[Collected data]
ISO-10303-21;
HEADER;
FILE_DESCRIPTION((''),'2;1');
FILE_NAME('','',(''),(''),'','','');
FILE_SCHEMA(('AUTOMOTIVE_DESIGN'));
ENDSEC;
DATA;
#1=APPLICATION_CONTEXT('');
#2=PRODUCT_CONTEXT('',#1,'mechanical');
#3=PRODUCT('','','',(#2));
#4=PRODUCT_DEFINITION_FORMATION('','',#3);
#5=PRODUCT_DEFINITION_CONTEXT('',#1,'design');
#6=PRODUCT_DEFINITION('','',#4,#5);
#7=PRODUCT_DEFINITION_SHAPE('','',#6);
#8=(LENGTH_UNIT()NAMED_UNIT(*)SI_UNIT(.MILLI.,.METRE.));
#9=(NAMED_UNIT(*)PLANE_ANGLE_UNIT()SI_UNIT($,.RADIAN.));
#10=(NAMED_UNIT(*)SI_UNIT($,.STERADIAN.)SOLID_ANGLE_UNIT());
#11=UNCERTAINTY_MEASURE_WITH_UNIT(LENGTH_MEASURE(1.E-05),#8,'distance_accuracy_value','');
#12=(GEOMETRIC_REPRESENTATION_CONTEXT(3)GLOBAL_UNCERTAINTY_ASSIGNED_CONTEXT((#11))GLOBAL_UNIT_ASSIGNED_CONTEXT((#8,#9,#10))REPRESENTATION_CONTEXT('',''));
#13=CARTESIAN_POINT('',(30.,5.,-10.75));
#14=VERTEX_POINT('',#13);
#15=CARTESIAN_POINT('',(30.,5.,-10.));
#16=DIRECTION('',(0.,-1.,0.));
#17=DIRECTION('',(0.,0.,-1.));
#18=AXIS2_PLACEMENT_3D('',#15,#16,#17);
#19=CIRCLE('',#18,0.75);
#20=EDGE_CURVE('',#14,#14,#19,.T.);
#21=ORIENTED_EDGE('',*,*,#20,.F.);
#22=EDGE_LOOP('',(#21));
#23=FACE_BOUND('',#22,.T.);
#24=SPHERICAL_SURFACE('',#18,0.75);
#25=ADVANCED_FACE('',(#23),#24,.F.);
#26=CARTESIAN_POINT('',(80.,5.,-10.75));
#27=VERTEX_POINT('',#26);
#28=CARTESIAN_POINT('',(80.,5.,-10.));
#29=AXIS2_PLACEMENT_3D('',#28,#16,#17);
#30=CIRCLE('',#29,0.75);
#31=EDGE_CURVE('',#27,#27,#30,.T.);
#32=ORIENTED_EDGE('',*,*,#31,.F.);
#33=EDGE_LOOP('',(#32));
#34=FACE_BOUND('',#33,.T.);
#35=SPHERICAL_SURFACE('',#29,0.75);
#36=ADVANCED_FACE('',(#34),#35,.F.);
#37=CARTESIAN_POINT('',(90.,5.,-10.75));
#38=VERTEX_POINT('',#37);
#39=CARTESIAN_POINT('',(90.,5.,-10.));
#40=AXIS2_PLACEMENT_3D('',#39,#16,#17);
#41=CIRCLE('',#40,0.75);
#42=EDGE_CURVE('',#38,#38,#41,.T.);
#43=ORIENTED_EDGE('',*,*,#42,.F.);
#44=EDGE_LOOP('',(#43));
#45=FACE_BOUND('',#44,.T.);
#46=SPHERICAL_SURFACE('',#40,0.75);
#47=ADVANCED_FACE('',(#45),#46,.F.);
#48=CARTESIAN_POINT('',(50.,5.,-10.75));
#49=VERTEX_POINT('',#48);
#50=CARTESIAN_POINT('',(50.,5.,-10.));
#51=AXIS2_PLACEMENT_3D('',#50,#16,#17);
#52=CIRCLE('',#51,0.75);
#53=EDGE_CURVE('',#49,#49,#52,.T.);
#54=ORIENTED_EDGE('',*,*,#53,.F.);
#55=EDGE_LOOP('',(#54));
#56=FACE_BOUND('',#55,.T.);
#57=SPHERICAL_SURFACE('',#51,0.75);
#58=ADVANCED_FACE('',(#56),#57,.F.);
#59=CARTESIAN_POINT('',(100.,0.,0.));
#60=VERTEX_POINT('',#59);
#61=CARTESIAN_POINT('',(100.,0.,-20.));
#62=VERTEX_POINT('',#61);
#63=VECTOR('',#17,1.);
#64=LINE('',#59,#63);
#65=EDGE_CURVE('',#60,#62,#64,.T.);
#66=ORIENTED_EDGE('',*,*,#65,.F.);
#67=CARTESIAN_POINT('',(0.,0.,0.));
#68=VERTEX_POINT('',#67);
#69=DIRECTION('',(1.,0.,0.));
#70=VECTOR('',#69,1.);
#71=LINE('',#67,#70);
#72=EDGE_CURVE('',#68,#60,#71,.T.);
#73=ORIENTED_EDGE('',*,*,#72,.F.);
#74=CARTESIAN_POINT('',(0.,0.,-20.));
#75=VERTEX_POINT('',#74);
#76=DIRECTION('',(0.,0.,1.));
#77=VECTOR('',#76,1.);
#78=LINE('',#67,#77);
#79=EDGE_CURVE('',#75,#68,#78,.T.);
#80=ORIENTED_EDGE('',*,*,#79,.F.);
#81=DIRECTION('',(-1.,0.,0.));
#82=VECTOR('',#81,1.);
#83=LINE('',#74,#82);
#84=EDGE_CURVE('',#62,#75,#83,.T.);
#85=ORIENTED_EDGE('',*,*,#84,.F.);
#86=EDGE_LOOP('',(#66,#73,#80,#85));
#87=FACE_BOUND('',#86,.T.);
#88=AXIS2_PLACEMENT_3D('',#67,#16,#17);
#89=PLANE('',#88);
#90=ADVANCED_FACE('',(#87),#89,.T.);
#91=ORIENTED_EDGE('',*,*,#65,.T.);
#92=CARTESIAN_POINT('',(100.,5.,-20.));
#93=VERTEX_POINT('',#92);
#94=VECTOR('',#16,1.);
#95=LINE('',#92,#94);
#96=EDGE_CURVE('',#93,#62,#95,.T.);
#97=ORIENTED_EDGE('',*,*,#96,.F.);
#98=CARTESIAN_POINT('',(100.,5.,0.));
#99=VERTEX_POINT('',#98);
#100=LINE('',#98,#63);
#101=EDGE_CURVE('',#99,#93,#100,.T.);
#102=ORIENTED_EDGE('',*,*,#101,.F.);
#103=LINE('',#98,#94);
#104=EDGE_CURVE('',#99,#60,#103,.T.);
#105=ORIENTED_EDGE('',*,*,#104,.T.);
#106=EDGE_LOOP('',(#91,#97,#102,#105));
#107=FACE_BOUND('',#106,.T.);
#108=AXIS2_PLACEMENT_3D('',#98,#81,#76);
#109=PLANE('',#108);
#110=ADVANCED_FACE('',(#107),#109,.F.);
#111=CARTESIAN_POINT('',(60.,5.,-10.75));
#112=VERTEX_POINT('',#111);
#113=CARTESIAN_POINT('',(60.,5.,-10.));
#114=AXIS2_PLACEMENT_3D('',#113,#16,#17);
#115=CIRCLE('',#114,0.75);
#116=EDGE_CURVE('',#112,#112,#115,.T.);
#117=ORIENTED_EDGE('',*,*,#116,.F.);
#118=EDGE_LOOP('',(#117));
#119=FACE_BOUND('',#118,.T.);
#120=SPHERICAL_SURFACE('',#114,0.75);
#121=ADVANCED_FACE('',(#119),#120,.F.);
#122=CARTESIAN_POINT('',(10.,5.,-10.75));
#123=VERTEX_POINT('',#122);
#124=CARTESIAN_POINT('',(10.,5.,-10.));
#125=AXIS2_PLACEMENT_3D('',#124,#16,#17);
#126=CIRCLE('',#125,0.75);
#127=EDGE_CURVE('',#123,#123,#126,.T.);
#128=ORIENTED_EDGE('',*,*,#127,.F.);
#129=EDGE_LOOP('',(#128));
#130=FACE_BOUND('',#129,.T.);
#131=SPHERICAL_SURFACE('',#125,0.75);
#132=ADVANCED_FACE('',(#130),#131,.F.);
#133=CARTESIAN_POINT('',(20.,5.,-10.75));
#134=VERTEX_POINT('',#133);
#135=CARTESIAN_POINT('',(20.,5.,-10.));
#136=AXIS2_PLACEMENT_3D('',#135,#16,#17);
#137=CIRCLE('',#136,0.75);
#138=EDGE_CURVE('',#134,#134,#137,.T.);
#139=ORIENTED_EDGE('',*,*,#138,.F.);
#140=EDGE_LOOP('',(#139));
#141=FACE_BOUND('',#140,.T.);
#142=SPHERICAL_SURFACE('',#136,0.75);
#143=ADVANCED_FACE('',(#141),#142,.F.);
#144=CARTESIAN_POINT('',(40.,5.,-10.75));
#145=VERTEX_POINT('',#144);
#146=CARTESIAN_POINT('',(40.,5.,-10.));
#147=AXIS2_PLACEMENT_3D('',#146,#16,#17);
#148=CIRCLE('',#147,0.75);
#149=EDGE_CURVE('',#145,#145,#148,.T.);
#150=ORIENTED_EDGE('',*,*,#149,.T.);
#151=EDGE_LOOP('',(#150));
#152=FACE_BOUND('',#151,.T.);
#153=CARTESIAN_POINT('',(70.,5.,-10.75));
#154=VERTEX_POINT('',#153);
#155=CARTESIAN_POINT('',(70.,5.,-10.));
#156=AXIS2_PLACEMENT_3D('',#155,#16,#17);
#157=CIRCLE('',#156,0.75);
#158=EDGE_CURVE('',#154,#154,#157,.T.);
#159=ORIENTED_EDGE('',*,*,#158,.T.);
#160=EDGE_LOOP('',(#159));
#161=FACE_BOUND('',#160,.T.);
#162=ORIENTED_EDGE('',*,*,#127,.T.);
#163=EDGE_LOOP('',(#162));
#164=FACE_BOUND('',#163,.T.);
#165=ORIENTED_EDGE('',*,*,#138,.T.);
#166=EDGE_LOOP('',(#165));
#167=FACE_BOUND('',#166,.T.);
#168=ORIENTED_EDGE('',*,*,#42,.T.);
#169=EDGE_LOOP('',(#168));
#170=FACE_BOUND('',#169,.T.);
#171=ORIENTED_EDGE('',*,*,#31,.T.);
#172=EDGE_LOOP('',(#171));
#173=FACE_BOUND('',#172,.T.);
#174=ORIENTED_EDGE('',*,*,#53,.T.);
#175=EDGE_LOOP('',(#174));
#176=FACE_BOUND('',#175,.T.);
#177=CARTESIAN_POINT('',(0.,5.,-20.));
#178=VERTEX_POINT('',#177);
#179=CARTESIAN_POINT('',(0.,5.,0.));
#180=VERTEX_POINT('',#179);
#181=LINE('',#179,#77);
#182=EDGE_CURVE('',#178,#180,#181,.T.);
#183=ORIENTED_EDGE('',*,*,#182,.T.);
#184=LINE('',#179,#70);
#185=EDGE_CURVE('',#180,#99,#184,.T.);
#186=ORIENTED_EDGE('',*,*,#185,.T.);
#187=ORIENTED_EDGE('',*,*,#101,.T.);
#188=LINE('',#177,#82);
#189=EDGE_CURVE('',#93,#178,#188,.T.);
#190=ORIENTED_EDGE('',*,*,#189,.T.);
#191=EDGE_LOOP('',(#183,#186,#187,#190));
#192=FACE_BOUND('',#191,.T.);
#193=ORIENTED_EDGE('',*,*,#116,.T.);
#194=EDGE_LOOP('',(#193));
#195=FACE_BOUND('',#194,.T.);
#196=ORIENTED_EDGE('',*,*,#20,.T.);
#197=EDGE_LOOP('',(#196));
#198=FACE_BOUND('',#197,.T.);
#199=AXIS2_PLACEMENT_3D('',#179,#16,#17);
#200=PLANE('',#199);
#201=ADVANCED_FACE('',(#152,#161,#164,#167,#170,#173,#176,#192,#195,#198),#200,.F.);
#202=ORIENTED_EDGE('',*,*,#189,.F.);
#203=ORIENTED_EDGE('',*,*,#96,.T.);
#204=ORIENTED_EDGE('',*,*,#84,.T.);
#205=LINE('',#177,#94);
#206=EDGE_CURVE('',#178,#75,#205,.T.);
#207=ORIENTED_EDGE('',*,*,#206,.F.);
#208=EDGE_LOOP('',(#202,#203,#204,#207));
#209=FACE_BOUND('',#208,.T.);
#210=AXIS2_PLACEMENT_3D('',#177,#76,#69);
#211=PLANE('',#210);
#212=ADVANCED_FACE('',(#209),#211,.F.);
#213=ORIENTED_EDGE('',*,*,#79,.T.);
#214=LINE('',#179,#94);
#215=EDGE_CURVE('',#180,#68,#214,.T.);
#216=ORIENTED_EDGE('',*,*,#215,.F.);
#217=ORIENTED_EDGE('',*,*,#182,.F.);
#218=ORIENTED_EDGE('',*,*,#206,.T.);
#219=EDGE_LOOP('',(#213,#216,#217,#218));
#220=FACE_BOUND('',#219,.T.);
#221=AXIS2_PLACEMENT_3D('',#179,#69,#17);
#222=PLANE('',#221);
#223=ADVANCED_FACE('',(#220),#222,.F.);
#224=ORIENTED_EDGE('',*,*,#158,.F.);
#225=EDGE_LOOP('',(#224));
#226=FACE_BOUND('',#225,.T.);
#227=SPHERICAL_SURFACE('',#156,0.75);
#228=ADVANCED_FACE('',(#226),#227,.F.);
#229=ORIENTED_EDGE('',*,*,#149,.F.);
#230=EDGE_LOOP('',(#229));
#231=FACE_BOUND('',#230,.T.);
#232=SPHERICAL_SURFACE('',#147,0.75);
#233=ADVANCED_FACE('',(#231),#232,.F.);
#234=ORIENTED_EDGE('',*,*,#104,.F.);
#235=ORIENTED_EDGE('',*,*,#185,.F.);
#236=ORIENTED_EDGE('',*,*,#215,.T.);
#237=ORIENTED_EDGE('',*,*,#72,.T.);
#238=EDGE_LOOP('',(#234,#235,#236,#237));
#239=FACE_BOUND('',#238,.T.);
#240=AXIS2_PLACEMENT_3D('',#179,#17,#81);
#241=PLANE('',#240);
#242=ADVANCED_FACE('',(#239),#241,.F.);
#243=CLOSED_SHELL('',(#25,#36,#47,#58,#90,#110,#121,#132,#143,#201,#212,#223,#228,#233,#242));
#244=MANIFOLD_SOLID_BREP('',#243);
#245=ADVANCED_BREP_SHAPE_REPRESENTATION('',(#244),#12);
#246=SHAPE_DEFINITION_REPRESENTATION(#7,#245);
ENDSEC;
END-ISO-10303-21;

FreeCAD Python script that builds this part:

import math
import FreeCAD as App
import Part
import Sketcher
from FreeCAD import Vector
Q = App.Units.Quantity


def add_polygon(sketch, points):
    """Adds a closed chain of lines whose ends are joined by coincident constraints."""
    first, n = sketch.GeometryCount, len(points)
    for a, b in zip(points, points[1:] + points[:1]):
        sketch.addGeometry(Part.LineSegment(App.Vector(*a, 0), App.Vector(*b, 0)), False)
    for i in range(n):
        sketch.addConstraint(Sketcher.Constraint("Coincident", first + i, 2, first + (i + 1) % n, 1))

doc = App.newDocument("Part")
body = doc.addObject("PartDesign::Body", "Body")

sketch1 = body.newObject("Sketcher::SketchObject", "Sketch")
sketch1.AttachmentSupport = (doc.getObject("XZ_Plane"), [""])
sketch1.MapMode = "FlatFace"
add_polygon(sketch1, [(0, -20), (0, 0), (100, 0), (100, -20)])
sketch1.addConstraint(Sketcher.Constraint("Vertical", 0))
sketch1.addConstraint(Sketcher.Constraint("Horizontal", 1))
sketch1.addConstraint(Sketcher.Constraint("Vertical", 2))
sketch1.addConstraint(Sketcher.Constraint("Horizontal", 3))
sketch1.addConstraint(Sketcher.Constraint("Coincident", 0, 2, -1, 1))
sketch1.addConstraint(Sketcher.Constraint("DistanceX", 1, 1, 1, 2, Q("100 mm")))
sketch1.addConstraint(Sketcher.Constraint("DistanceY", 0, 1, 0, 2, Q("20 mm")))
pad1 = body.newObject("PartDesign::Pad", "Pad")
pad1.Profile = sketch1
pad1.Length = 5
pad1.Reversed = True

sketch2 = body.newObject("Sketcher::SketchObject", "Sketch001")
sketch2.AttachmentSupport = (doc.getObject("XZ_Plane"), [""])
sketch2.MapMode = "FlatFace"
sketch2.AttachmentOffset = App.Placement(Vector(0, 0, -5), App.Rotation())
sketch2.addGeometry(Part.LineSegment(Vector(10.75, -10, 0), Vector(9.25, -10, 0)), False)
sketch2.addGeometry(Part.ArcOfCircle(Part.Circle(Vector(10, -10, 0), Vector(0, 0, 1), 0.75), math.radians(0), math.radians(180)), False)
sketch2.addGeometry(Part.LineSegment(Vector(20.75, -10, 0), Vector(19.25, -10, 0)), False)
sketch2.addGeometry(Part.ArcOfCircle(Part.Circle(Vector(20, -10, 0), Vector(0, 0, 1), 0.75), math.radians(0), math.radians(180)), False)
sketch2.addGeometry(Part.LineSegment(Vector(30.75, -10, 0), Vector(29.25, -10, 0)), False)
sketch2.addGeometry(Part.ArcOfCircle(Part.Circle(Vector(30, -10, 0), Vector(0, 0, 1), 0.75), math.radians(0), math.radians(180)), False)
sketch2.addGeometry(Part.LineSegment(Vector(40.75, -10, 0), Vector(39.25, -10, 0)), False)
sketch2.addGeometry(Part.ArcOfCircle(Part.Circle(Vector(40, -10, 0), Vector(0, 0, 1), 0.75), math.radians(0), math.radians(180)), False)
sketch2.addGeometry(Part.LineSegment(Vector(50.75, -10, 0), Vector(49.25, -10, 0)), False)
sketch2.addGeometry(Part.ArcOfCircle(Part.Circle(Vector(50, -10, 0), Vector(0, 0, 1), 0.75), math.radians(0), math.radians(180)), False)
sketch2.addGeometry(Part.LineSegment(Vector(60.75, -10, 0), Vector(59.25, -10, 0)), False)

**What you need to do**
Print exactly the lines above from the one with "#100=LINE('',#98,#63);" to the one with "#126=CIRCLE('',#125,0.75);", including both.

**Finished exercise**
#100=LINE('',#98,#63);
#101=EDGE_CURVE('',#99,#93,#100,.T.);
#102=ORIENTED_EDGE('',*,*,#101,.F.);
#103=LINE('',#98,#94);
#104=EDGE_CURVE('',#99,#60,#103,.T.);
#105=ORIENTED_EDGE('',*,*,#104,.T.);
#106=EDGE_LOOP('',(#91,#97,#102,#105));
#107=FACE_BOUND('',#106,.T.);
#108=AXIS2_PLACEMENT_3D('',#98,#81,#76);
#109=PLANE('',#108);
#110=ADVANCED_FACE('',(#107),#109,.F.);
#111=CARTESIAN_POINT('',(60.,5.,-10.75));
#112=VERTEX_POINT('',#111);
#113=CARTESIAN_POINT('',(60.,5.,-10.));
#114=AXIS2_PLACEMENT_3D('',#113,#16,#17);
#115=CIRCLE('',#114,0.75);
#116=EDGE_CURVE('',#112,#112,#115,.T.);
#117=ORIENTED_EDGE('',*,*,#116,.F.);
#118=EDGE_LOOP('',(#117));
#119=FACE_BOUND('',#118,.T.);
#120=SPHERICAL_SURFACE('',#114,0.75);
#121=ADVANCED_FACE('',(#119),#120,.F.);
#122=CARTESIAN_POINT('',(10.,5.,-10.75));
#123=VERTEX_POINT('',#122);
#124=CARTESIAN_POINT('',(10.,5.,-10.));
#125=AXIS2_PLACEMENT_3D('',#124,#16,#17);
#126=CIRCLE('',#125,0.75);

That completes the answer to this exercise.